Johnson and Thomas — both men of color — argued that movies featuring “white saviors” can have an adverse effect on viewers.

Such films can make people of color feel as though they need to be saved and cannot save themselves, and can make white viewers see themselves as the center of stories involving people of color, they said.

“I think it’s showing a very strong people as being weak,” said Thomas, head of the film option in CSUN’s Department of Cinema and Television Arts. “It’s a societal thing, that you won’t get [anything] accomplished without the white man.”

Michael Johnson, Jr.

Michael Johnson, Jr.

Johnson, an assistant professor of media theory and criticism, defined a “white savior” in movies as a white character who rescues non-white characters from unfortunate circumstances.

“One of the indispensable features of the white savior is that, in the process of saving or rescuing those characters — who may or may not actually need rescuing — they typically learn something valuable or some oral lesson along the way,” Johnson said.

Thomas pointed out that “white saviors” pop up frequently in the real world, likely both as the result of and feeding into the trope. He singled out the recent protests against racial injustice and police brutality, noting that serious attention was not paid to the protesters’ demands by the general public and many policy makers until white protesters joined in.

“Society has an impact on cinema, but more importantly, I think, cinema has an impact on society,” Thomas said.

Johnson called Hollywood a business whose leaders lean toward stories they know are formulaically built for success — films that would appeal to a white liberal audience.

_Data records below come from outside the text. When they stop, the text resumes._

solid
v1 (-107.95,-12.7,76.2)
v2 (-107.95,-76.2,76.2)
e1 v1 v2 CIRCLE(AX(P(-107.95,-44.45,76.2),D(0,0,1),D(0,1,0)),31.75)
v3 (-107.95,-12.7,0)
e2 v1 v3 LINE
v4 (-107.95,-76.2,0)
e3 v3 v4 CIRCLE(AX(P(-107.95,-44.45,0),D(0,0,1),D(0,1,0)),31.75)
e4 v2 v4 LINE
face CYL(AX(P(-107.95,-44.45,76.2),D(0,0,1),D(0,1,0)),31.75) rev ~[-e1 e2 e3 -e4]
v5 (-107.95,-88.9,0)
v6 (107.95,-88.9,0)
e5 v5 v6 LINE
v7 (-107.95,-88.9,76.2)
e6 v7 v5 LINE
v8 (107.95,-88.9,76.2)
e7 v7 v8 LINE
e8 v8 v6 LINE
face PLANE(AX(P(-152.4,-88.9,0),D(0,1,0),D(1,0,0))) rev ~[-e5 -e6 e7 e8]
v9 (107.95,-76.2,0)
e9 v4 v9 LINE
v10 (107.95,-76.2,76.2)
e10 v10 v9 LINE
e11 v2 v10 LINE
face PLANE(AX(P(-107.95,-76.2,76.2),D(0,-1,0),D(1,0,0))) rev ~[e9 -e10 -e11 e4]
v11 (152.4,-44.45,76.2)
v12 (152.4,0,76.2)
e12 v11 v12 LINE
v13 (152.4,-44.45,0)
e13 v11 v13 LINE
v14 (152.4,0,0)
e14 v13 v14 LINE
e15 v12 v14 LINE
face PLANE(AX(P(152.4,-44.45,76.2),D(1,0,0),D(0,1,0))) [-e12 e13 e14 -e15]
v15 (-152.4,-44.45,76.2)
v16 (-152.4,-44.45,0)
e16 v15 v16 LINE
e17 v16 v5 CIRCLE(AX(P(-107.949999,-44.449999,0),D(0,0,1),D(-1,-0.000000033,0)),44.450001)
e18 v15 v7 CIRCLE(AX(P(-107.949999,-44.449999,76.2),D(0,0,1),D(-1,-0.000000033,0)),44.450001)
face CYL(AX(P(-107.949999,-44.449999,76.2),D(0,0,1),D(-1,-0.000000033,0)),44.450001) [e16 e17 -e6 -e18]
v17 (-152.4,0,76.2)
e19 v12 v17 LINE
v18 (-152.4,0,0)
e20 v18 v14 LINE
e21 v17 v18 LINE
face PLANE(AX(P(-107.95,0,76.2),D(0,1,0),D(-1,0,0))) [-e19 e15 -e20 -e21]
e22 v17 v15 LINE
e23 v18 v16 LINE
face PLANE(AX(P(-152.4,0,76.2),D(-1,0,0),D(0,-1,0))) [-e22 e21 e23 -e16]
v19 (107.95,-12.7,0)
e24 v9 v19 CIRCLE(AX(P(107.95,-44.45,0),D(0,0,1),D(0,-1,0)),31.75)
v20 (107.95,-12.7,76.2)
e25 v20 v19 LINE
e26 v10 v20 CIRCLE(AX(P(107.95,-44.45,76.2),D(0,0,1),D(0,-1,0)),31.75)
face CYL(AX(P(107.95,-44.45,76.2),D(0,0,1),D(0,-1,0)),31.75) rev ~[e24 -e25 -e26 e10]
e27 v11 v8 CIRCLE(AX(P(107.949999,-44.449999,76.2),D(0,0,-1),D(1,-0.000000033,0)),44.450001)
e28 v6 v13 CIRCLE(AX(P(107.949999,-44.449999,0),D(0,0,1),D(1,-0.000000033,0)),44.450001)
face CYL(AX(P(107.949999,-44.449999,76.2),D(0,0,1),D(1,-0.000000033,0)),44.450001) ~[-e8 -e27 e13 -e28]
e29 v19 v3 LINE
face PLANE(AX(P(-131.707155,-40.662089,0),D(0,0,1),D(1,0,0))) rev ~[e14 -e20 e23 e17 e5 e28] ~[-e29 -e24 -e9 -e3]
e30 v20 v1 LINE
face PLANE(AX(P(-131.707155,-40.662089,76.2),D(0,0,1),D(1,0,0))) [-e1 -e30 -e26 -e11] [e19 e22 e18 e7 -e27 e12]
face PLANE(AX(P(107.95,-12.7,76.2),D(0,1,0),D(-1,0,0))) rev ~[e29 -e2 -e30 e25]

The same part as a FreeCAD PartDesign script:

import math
import FreeCAD as App
import Part
import Sketcher
Q = App.Units.Quantity


def add_polygon(sketch, points):
    """Adds a closed chain of lines whose ends are joined by coincident constraints."""
    first, n = sketch.GeometryCount, len(points)
    for a, b in zip(points, points[1:] + points[:1]):
        sketch.addGeometry(Part.LineSegment(App.Vector(*a, 0), App.Vector(*b, 0)), False)
    for i in range(n):
        sketch.addConstraint(Sketcher.Constraint("Coincident", first + i, 2, first + (i + 1) % n, 1))

doc = App.newDocument("Part")
body = doc.addObject("PartDesign::Body", "Body")

# Sketch on XY plane
sketch1 = doc.addObject("Sketcher::SketchObject", "Sketch")
body.addObject(sketch1)
sketch1.AttachmentSupport = (doc.XY_Plane, [""])
sketch1.MapMode = "FlatFace"
add_polygon(sketch1, [(-152, -89), (152, -89), (152, 0), (-152, 0)])  # lines 0-3
sketch1.addConstraint(Sketcher.Constraint("Horizontal", 0))
sketch1.addConstraint(Sketcher.Constraint("Vertical", 1))
sketch1.addConstraint(Sketcher.Constraint("Horizontal", 2))
sketch1.addConstraint(Sketcher.Constraint("Vertical", 3))
sketch1.addConstraint(Sketcher.Constraint("Symmetric", 1, 2, 2, 2, -1, 1))
sketch1.addConstraint(Sketcher.Constraint("DistanceX", 0, 1, 0, 2, Q("12 in")))
sketch1.addConstraint(Sketcher.Constraint("DistanceY", 1, 1, 1, 2, Q("3.5 in")))
pad1 = doc.addObject("PartDesign::Pad", "Pad")
body.addObject(pad1)
pad1.Profile = sketch1
pad1.Length = Q("3 in")

# Sketch on XY plane
sketch2 = doc.addObject("Sketcher::SketchObject", "Sketch001")
body.addObject(sketch2)
sketch2.AttachmentSupport = (doc.XY_Plane, [""])
sketch2.MapMode = "FlatFace"
sketch2.AttachmentOffset = App.Placement(App.Vector(0, 0, 3 * 25.4), App.Rotation())
sketch2.addGeometry(Part.LineSegment(App.Vector(-152, -89, 0), App.Vector(-108, -89, 0)), False)
sketch2.addGeometry(Part.ArcOfCircle(Part.Circle(App.Vector(-108, -44, 0), App.Vector(0, 0, 1), 44), math.radians(-180), math.radians(-90)), False)
sketch2.addGeometry(Part.LineSegment(App.Vector(-152, -44, 0), App.Vector(-152, -89, 0)), False)
sketch2.addConstraint(Sketcher.Constraint("Tangent", 0, 2, 1, 2))
sketch2.addConstraint(Sketcher.Constraint("Tangent", 1, 1, 2, 1))
sketch2.addConstraint(Sketcher.Constraint("Coincident", 2, 2, 0, 1))
sketch2.addConstraint(Sketcher.Constraint("Horizontal", 0))
sketch2.addConstraint(Sketcher.Constraint("Vertical", 2))
sketch2.addConstraint(Sketcher.Constraint("Radius", 1, Q("1.7500001 in")))
sketch2.addConstraint(Sketcher.Constraint("DistanceX", 1, 1, -1, 1, Q("6 in")))
sketch2.addConstraint(Sketcher.Constraint("DistanceY", 0, 2, -1, 1, Q("3.5 in")))
pocket1 = doc.addObject("PartDesign::Pocket", "Pocket")
body.addObject(pocket1)
pocket1.Profile = sketch2
pocket1.Length = Q("5 in")

# Sketch on XY plane
sketch3 = doc.addObject("Sketcher::SketchObject", "Sketch002")
body.addObject(sketch3)
sketch3.AttachmentSupport = (doc.XY_Plane, [""])
sketch3.MapMode = "FlatFace"
sketch3.AttachmentOffset = App.Placement(App.Vector(0, 0, 3 * 25.4), App.Rotation())
sketch3.addGeometry(Part.ArcOfCircle(Part.Circle(App.Vector(-108, -44, 0), App.Vector(0, 0, 1), 44), math.radians(-180), math.radians(-90)), False)
sketch3.addGeometry(Part.LineSegment(App.Vector(-108, -89, 0), App.Vector(-108, -76, 0)), False)
sketch3.addGeometry(Part.ArcOfCircle(Part.Circle(App.Vector(-108, -44, 0), App.Vector(0, 0, 1), 32), math.radians(90), math.radians(270)), False)
sketch3.addGeometry(Part.LineSegment(App.Vector(-108, -13, 0), App.Vector(-108, 0, 0)), False)
sketch3.addGeometry(Part.LineSegment(App.Vector(-108, 0, 0), App.Vector(-152, 0, 0)), False)
sketch3.addGeometry(Part.LineSegment(App.Vector(-152, 0, 0), App.Vector(-152, -44, 0)), False)
sketch3.addConstraint(Sketcher.Constraint("Coincident", 0, 2, 1, 1))
sketch3.addConstraint(Sketcher.Constraint("Coincident", 1, 2, 2, 2))
sketch3.addConstraint(Sketcher.Constraint("Coincident", 2, 1, 3, 1))
sketch3.addConstraint(Sketcher.Constraint("Coincident", 3, 2, 4, 1))
sketch3.addConstraint(Sketcher.Constraint("Coincident", 4, 2, 5, 1))
sketch3.addConstraint(Sketcher.Constraint("Tangent", 5, 2, 0, 1))
sketch3.addConstraint(Sketcher.Constraint("Vertical", 1))
sketch3.addConstraint(Sketcher.Constraint("Vertical", 3))
sketch3.addConstraint(Sketcher.Constraint("Horizontal", 4))
sketch3.addConstraint(Sketcher.Constraint("Vertical", 5))
sketch3.addConstraint(Sketcher.Constraint("Coincident", 2, 3, 0, 3))
sketch3.addConstraint(Sketcher.Constraint("PointOnObject", 3, 2, -1))
sketch3.addConstraint(Sketcher.Constraint("Vertical", 2, 3, 0, 2))
sketch3.addConstraint(Sketcher.Constraint("Vertical", 1, 2, 2, 1))
sketch3.addConstraint(Sketcher.Constraint("Equal", 1, 3))
sketch3.addConstraint(Sketcher.Constraint("Radius", 0, Q("1.7500001 in")))
sketch3.addConstraint(Sketcher.Constraint("Radius", 2, Q("1.25 in")))
sketch3.addConstraint(Sketcher.Constraint("DistanceX", 4, 2, -1, 1, Q("6 in")))
pocket2 = doc.addObject("PartDesign::Pocket", "Pocket001")
body.addObject(pocket2)
pocket2.Profile = sketch3
pocket2.Length = Q("5 in")

# Sketch on XY plane
sketch4 = doc.addObject("Sketcher::SketchObject", "Sketch003")
body.addObject(sketch4)
sketch4.AttachmentSupport = (doc.XY_Plane, [""])
sketch4.MapMode = "FlatFace"
sketch4.AttachmentOffset = App.Placement(App.Vector(0, 0, 3 * 25.4), App.Rotation())
sketch4.addGeometry(Part.ArcOfCircle(Part.Circle(App.Vector(108, -44, 0), App.Vector(0, 0, 1), 44), math.radians(0), math.radians(90)), False)
sketch4.addGeometry(Part.LineSegment(App.Vector(152, -44, 0), App.Vector(152, 0, 0)), False)
sketch4.addGeometry(Part.LineSegment(App.Vector(152, 0, 0), App.Vector(108, 0, 0)), False)
sketch4.addConstraint(Sketcher.Constraint("Tangent", 0, 1, 1, 1))
sketch4.addConstraint(Sketcher.Constraint("Coincident", 1, 2, 2, 1))
sketch4.addConstraint(Sketcher.Constraint("Tangent", 2, 2, 0, 2))
sketch4.addConstraint(Sketcher.Constraint("Vertical", 1))
sketch4.addConstraint(Sketcher.Constraint("Horizontal", 2))
sketch4.addConstraint(Sketcher.Constraint("PointOnObject", 1, 2, -1))
sketch4.addConstraint(Sketcher.Constraint("Radius", 0, Q("1.7500001 in")))
sketch4.addConstraint(Sketcher.Constraint("DistanceX", -1, 1, 0, 1, Q("6 in")))
pocket3 = doc.addObject("PartDesign::Pocket", "Pocket002")
body.addObject(pocket3)
pocket3.Profile = sketch4
pocket3.Length = Q("5 in")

He and Thomas noted that, in the past, movies that focus on the lives of people of color might not have been made if they didn’t have a white director — a real life “white savior” — behind them.

Nate Thomas

Nate Thomas

Thomas recalled a conversation he once had with acclaimed film director Steven Spielberg about “Amistad” and “The Color Purple” — both films historical dramas focusing on black characters — and discovering that neither film, both critical and box office successes, would not have been made if Spielberg hadn’t stepped in to lead the projects.

Thomas and Johnson have no objection to heroic white characters in film, as long as the character does not take center stage when the story is supposed to be about people of color, they said.

“Until people are more aware of the white savior trope and understand how it functions — in film and in television and the mass media — it’s going to continue to exist because audiences are the drivers of demand for Hollywood,” Johnson said. “And until those audiences express a desire for something other than that, Hollywood has a vested interest in continuing to provide that for them.”